The number of the simulated sensors and/or the locations of the simulated sensors are determined by performing one or more optimization strategies. A first optimization strategy may include running an optimizer based upon the locations of the simulated point sources and/or the historical atmospheric conditions. The optimizer may be run to identify a global optimum of multi-dimensional target functions. Running the optimizer may include determining a surrogate statistical target. The surrogate statistical target may be or include a number of non-null readings from the simulated sensors and/or a degree of cross-correlation in readings from the simulated sensors. Running the optimizer may also include switching the surrogate statistical target to a reduced regressor or classifier machine learning (ML) model. The first optimization strategy may also include determining a predetermined number of solutions of the number of the simulated sensors and/or the locations of the simulated sensors from the reduced regressor or the classifier ML model once global optimization has converged or reached a runtime limit. The first optimization strategy may also include running the predetermined number of solutions through ML validation.

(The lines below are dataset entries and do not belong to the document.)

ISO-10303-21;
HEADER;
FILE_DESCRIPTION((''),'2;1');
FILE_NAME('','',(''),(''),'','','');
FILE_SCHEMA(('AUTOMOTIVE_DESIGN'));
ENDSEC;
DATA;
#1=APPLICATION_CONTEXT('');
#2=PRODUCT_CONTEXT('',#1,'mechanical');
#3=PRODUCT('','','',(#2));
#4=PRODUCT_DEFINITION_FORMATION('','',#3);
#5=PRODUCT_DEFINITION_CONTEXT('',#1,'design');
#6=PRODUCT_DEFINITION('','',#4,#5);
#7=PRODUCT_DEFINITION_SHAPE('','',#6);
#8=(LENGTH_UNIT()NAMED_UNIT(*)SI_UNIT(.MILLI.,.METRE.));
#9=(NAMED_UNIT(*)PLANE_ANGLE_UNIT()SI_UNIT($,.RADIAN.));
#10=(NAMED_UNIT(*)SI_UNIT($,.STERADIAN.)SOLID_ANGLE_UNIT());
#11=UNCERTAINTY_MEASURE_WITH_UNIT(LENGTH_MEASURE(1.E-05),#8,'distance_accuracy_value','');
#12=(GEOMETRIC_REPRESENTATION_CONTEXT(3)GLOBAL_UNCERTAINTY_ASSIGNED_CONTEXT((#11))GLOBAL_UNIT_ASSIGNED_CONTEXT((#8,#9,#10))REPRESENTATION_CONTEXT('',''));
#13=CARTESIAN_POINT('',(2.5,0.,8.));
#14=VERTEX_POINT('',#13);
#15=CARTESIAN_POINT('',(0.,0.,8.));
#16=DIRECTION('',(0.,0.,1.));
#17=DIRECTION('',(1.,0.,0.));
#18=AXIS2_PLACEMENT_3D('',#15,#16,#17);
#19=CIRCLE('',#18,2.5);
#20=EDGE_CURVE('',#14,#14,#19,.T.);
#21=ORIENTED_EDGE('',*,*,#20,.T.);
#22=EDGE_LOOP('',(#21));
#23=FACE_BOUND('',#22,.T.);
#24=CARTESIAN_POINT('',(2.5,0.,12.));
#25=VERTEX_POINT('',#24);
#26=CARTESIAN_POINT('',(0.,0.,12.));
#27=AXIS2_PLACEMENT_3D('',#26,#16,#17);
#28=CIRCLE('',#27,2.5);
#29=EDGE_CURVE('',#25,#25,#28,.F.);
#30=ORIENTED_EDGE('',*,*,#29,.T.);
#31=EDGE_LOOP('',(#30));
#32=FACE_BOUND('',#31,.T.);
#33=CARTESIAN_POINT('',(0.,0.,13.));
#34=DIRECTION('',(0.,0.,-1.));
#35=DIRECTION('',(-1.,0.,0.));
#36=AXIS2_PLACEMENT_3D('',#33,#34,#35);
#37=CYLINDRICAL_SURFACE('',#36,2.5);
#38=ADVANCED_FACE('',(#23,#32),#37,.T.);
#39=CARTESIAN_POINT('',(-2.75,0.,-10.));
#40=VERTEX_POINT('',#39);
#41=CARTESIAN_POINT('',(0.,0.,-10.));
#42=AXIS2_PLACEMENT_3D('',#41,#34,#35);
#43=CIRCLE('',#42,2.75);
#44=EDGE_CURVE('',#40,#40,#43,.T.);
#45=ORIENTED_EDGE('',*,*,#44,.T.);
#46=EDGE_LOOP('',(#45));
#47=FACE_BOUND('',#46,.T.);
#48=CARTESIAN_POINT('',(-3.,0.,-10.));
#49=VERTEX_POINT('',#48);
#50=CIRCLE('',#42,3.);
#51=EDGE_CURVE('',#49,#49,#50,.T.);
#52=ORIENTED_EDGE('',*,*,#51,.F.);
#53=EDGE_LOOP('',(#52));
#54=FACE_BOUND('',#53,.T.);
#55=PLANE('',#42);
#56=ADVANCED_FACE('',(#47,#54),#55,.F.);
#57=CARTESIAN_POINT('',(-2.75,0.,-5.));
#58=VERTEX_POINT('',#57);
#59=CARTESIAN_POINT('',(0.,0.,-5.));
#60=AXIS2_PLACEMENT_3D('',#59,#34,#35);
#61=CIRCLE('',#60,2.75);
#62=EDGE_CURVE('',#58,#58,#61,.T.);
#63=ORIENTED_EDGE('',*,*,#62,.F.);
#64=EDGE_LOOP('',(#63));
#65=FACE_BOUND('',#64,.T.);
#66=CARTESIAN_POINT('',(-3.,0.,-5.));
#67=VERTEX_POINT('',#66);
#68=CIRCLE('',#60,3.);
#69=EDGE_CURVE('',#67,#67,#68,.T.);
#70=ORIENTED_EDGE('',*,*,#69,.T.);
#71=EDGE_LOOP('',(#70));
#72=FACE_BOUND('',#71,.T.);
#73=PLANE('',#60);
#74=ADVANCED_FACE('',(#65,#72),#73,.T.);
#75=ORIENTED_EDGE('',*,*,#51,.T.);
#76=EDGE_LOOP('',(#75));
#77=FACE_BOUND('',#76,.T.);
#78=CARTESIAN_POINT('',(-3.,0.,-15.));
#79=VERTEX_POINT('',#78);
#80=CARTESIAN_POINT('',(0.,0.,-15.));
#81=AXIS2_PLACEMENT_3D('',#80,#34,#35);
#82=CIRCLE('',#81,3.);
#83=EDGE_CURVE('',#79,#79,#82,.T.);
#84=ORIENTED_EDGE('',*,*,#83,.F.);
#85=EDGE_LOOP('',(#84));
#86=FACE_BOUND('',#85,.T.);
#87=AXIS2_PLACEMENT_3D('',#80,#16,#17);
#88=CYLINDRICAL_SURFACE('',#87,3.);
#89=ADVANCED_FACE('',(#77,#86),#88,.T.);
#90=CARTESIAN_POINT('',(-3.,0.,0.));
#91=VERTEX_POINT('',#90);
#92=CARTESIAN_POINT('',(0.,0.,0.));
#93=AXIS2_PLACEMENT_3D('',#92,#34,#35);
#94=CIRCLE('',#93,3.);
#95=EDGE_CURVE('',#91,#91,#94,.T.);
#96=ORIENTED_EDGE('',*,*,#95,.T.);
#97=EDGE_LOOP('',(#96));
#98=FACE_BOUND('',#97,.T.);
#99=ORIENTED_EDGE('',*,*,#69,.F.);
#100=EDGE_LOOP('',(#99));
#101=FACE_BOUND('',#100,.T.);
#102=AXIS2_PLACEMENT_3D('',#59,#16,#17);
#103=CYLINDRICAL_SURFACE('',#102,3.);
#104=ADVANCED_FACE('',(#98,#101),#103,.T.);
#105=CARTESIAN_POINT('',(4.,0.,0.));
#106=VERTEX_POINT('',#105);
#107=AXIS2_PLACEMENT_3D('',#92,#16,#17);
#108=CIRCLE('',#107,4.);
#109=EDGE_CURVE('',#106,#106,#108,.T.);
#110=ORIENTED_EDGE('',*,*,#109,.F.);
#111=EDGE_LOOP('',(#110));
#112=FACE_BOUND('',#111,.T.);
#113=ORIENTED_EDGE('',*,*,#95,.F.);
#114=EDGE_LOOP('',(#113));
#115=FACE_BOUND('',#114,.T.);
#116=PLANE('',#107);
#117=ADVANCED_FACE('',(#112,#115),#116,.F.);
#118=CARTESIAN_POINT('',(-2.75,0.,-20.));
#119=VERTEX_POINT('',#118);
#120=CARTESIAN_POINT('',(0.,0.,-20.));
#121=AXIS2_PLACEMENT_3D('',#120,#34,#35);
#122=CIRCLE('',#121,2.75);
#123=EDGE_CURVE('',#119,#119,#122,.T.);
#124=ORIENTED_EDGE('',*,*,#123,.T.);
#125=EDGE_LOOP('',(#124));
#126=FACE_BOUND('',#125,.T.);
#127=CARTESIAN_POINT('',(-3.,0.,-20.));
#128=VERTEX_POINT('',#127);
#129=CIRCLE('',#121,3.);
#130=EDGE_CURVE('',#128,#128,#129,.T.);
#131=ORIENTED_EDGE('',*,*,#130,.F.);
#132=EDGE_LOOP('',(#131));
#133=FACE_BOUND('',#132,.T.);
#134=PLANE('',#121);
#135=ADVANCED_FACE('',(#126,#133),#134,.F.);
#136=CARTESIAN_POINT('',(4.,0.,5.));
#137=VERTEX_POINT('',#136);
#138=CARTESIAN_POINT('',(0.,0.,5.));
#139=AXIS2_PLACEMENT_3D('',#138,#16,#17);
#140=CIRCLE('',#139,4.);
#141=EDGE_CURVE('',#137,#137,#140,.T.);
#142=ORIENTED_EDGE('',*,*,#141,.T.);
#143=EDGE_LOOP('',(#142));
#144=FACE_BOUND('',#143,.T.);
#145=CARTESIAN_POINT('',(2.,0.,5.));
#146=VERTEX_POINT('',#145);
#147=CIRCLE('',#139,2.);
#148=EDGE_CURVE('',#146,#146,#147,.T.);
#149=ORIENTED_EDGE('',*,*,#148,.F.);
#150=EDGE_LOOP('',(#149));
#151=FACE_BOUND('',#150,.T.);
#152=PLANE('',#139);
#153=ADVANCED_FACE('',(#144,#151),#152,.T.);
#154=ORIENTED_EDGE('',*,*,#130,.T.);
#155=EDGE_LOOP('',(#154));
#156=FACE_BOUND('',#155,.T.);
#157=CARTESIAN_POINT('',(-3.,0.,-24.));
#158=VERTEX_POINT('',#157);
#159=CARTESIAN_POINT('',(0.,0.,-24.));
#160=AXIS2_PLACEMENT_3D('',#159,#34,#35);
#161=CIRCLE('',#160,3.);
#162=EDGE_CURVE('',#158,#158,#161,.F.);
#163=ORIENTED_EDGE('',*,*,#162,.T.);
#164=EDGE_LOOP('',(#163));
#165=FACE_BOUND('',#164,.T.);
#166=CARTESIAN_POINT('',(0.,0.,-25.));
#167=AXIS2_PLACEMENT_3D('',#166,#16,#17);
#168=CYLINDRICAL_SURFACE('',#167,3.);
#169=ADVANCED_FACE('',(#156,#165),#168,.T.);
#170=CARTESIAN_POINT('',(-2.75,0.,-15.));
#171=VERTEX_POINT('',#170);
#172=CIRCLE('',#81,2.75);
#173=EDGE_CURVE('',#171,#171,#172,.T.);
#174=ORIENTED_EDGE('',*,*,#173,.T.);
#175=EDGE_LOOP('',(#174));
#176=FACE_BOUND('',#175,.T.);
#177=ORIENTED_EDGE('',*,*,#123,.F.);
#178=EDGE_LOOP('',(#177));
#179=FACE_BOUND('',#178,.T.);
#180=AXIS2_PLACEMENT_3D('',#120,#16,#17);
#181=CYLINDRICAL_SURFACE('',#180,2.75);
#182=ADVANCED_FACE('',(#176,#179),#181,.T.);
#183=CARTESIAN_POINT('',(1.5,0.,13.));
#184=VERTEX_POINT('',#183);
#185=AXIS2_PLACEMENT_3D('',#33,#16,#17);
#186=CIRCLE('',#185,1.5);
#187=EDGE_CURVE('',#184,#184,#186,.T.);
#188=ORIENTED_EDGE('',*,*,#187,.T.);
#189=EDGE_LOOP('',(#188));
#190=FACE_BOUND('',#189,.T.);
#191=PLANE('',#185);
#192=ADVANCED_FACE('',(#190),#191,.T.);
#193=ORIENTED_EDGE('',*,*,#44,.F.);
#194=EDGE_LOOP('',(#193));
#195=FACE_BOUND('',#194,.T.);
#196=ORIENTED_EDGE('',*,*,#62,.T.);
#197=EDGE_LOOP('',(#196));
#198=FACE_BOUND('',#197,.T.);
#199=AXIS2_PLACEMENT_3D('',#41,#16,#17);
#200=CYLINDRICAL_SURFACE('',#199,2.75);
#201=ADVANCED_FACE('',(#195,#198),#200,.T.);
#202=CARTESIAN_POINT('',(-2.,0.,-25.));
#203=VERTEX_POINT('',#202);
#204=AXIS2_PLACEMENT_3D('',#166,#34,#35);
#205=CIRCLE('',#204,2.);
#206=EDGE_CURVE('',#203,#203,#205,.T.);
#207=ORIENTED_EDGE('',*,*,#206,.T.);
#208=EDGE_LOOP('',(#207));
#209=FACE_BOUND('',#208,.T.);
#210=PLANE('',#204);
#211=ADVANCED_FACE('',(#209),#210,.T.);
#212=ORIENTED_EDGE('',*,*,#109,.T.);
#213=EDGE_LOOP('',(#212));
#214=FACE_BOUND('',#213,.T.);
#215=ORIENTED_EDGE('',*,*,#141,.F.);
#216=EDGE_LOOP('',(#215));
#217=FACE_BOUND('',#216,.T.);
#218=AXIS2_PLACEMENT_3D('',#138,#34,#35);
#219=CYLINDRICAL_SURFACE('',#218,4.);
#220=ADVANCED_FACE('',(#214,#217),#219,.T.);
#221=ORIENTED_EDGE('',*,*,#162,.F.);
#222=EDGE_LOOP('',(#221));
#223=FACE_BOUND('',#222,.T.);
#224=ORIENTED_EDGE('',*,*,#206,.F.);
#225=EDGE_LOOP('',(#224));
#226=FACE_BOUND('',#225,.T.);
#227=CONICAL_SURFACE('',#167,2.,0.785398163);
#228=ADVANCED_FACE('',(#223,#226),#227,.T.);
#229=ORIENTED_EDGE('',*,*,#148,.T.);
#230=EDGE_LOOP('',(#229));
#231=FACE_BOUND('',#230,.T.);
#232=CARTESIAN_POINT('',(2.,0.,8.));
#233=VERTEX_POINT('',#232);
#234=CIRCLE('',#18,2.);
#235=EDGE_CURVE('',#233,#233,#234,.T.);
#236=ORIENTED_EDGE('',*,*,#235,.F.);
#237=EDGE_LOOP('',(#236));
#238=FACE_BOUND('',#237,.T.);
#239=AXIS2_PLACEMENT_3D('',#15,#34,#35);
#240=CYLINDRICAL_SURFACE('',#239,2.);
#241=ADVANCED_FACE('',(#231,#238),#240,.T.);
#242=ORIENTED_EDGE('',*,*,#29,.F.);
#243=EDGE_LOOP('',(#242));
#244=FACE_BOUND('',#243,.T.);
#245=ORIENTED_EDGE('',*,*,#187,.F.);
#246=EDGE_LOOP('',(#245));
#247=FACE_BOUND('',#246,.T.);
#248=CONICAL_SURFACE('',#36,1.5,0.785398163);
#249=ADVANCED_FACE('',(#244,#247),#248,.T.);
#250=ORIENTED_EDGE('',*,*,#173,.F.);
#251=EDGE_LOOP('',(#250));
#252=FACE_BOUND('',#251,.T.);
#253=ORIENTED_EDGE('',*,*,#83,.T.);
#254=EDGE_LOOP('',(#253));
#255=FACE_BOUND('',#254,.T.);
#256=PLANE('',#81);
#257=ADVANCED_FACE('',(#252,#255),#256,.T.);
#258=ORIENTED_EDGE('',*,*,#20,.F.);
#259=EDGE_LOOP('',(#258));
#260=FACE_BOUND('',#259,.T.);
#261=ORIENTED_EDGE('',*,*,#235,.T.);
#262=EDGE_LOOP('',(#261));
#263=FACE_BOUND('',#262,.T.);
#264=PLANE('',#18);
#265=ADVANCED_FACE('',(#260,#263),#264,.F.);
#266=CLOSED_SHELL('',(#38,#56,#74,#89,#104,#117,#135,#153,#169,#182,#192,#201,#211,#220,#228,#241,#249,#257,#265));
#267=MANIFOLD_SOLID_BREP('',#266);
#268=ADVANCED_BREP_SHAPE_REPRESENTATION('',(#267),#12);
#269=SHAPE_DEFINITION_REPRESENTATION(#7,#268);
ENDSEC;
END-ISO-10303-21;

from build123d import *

# Parameters (mm, degrees)
ESQUISSE1_R         = 4
BOSS_EXTRU_1_DEPTH  = 5
ESQUISSE5_R         = 3
BOSS_EXTRU_5_DEPTH  = 5
ESQUISSE6_R         = 2.75
BOSS_EXTRU_6_DEPTH  = 5
ESQUISSE7_R         = 3
BOSS_EXTRU_7_DEPTH  = 5
ESQUISSE8_R         = 2.75
BOSS_EXTRU_8_DEPTH  = 5
ESQUISSE9_R         = 3
BOSS_EXTRU_9_DEPTH  = 5
CHANFREIN1_SIZE     = 1
ESQUISSE10_R        = 2
BOSS_EXTRU_10_DEPTH = 3
ESQUISSE11_R        = 2.5
BOSS_EXTRU_11_DEPTH = 5
CHANFREIN2_SIZE     = 1


with BuildPart() as part:
    # Esquisse1 → Boss.-Extru.1 (new body)
    with BuildSketch(Plane.XY):
        Circle(ESQUISSE1_R)
    extrude(amount=BOSS_EXTRU_1_DEPTH)

    # Esquisse5 → Boss.-Extru.5 (add)
    with BuildSketch(Plane(origin=(0, 0, 0), x_dir=(-1, 0, 0), z_dir=(0, 0, -1))):
        Circle(ESQUISSE5_R)
    extrude(amount=BOSS_EXTRU_5_DEPTH)

    # Esquisse6 → Boss.-Extru.6 (add)
    with BuildSketch(Plane(origin=(0, 0, -5), x_dir=(-1, 0, 0), z_dir=(0, 0, -1))):
        Circle(ESQUISSE6_R)
    extrude(amount=BOSS_EXTRU_6_DEPTH)

    # Esquisse7 → Boss.-Extru.7 (add)
    with BuildSketch(Plane(origin=(0, 0, -10), x_dir=(-1, 0, 0), z_dir=(0, 0, -1))):
        Circle(ESQUISSE7_R)
    extrude(amount=BOSS_EXTRU_7_DEPTH)

    # Esquisse8 → Boss.-Extru.8 (add)
    with BuildSketch(Plane(origin=(0, 0, -15), x_dir=(-1, 0, 0), z_dir=(0, 0, -1))):
        Circle(ESQUISSE8_R)
    extrude(amount=BOSS_EXTRU_8_DEPTH)

    # Esquisse9 → Boss.-Extru.9 (add)
    with BuildSketch(Plane(origin=(0, 0, -20), x_dir=(-1, 0, 0), z_dir=(0, 0, -1))):
        Circle(ESQUISSE9_R)
    extrude(amount=BOSS_EXTRU_9_DEPTH)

A second optimization strategy may include generating a predetermined number of the simulated sensors at random locations. The second optimization strategy may also include determining the accuracy detecting the gas leak for each of the predetermined number of the simulated sensors at the random locations. The second optimization strategy may also include determining a predetermined number of the random locations based upon the accuracy. The second optimization strategy may also include enhancing each of the predetermined number of the random locations using a local optimizer. The second optimization strategy may also include validating each of the enhanced predetermined number of the random locations using the reduced regressor or the classifier ML model.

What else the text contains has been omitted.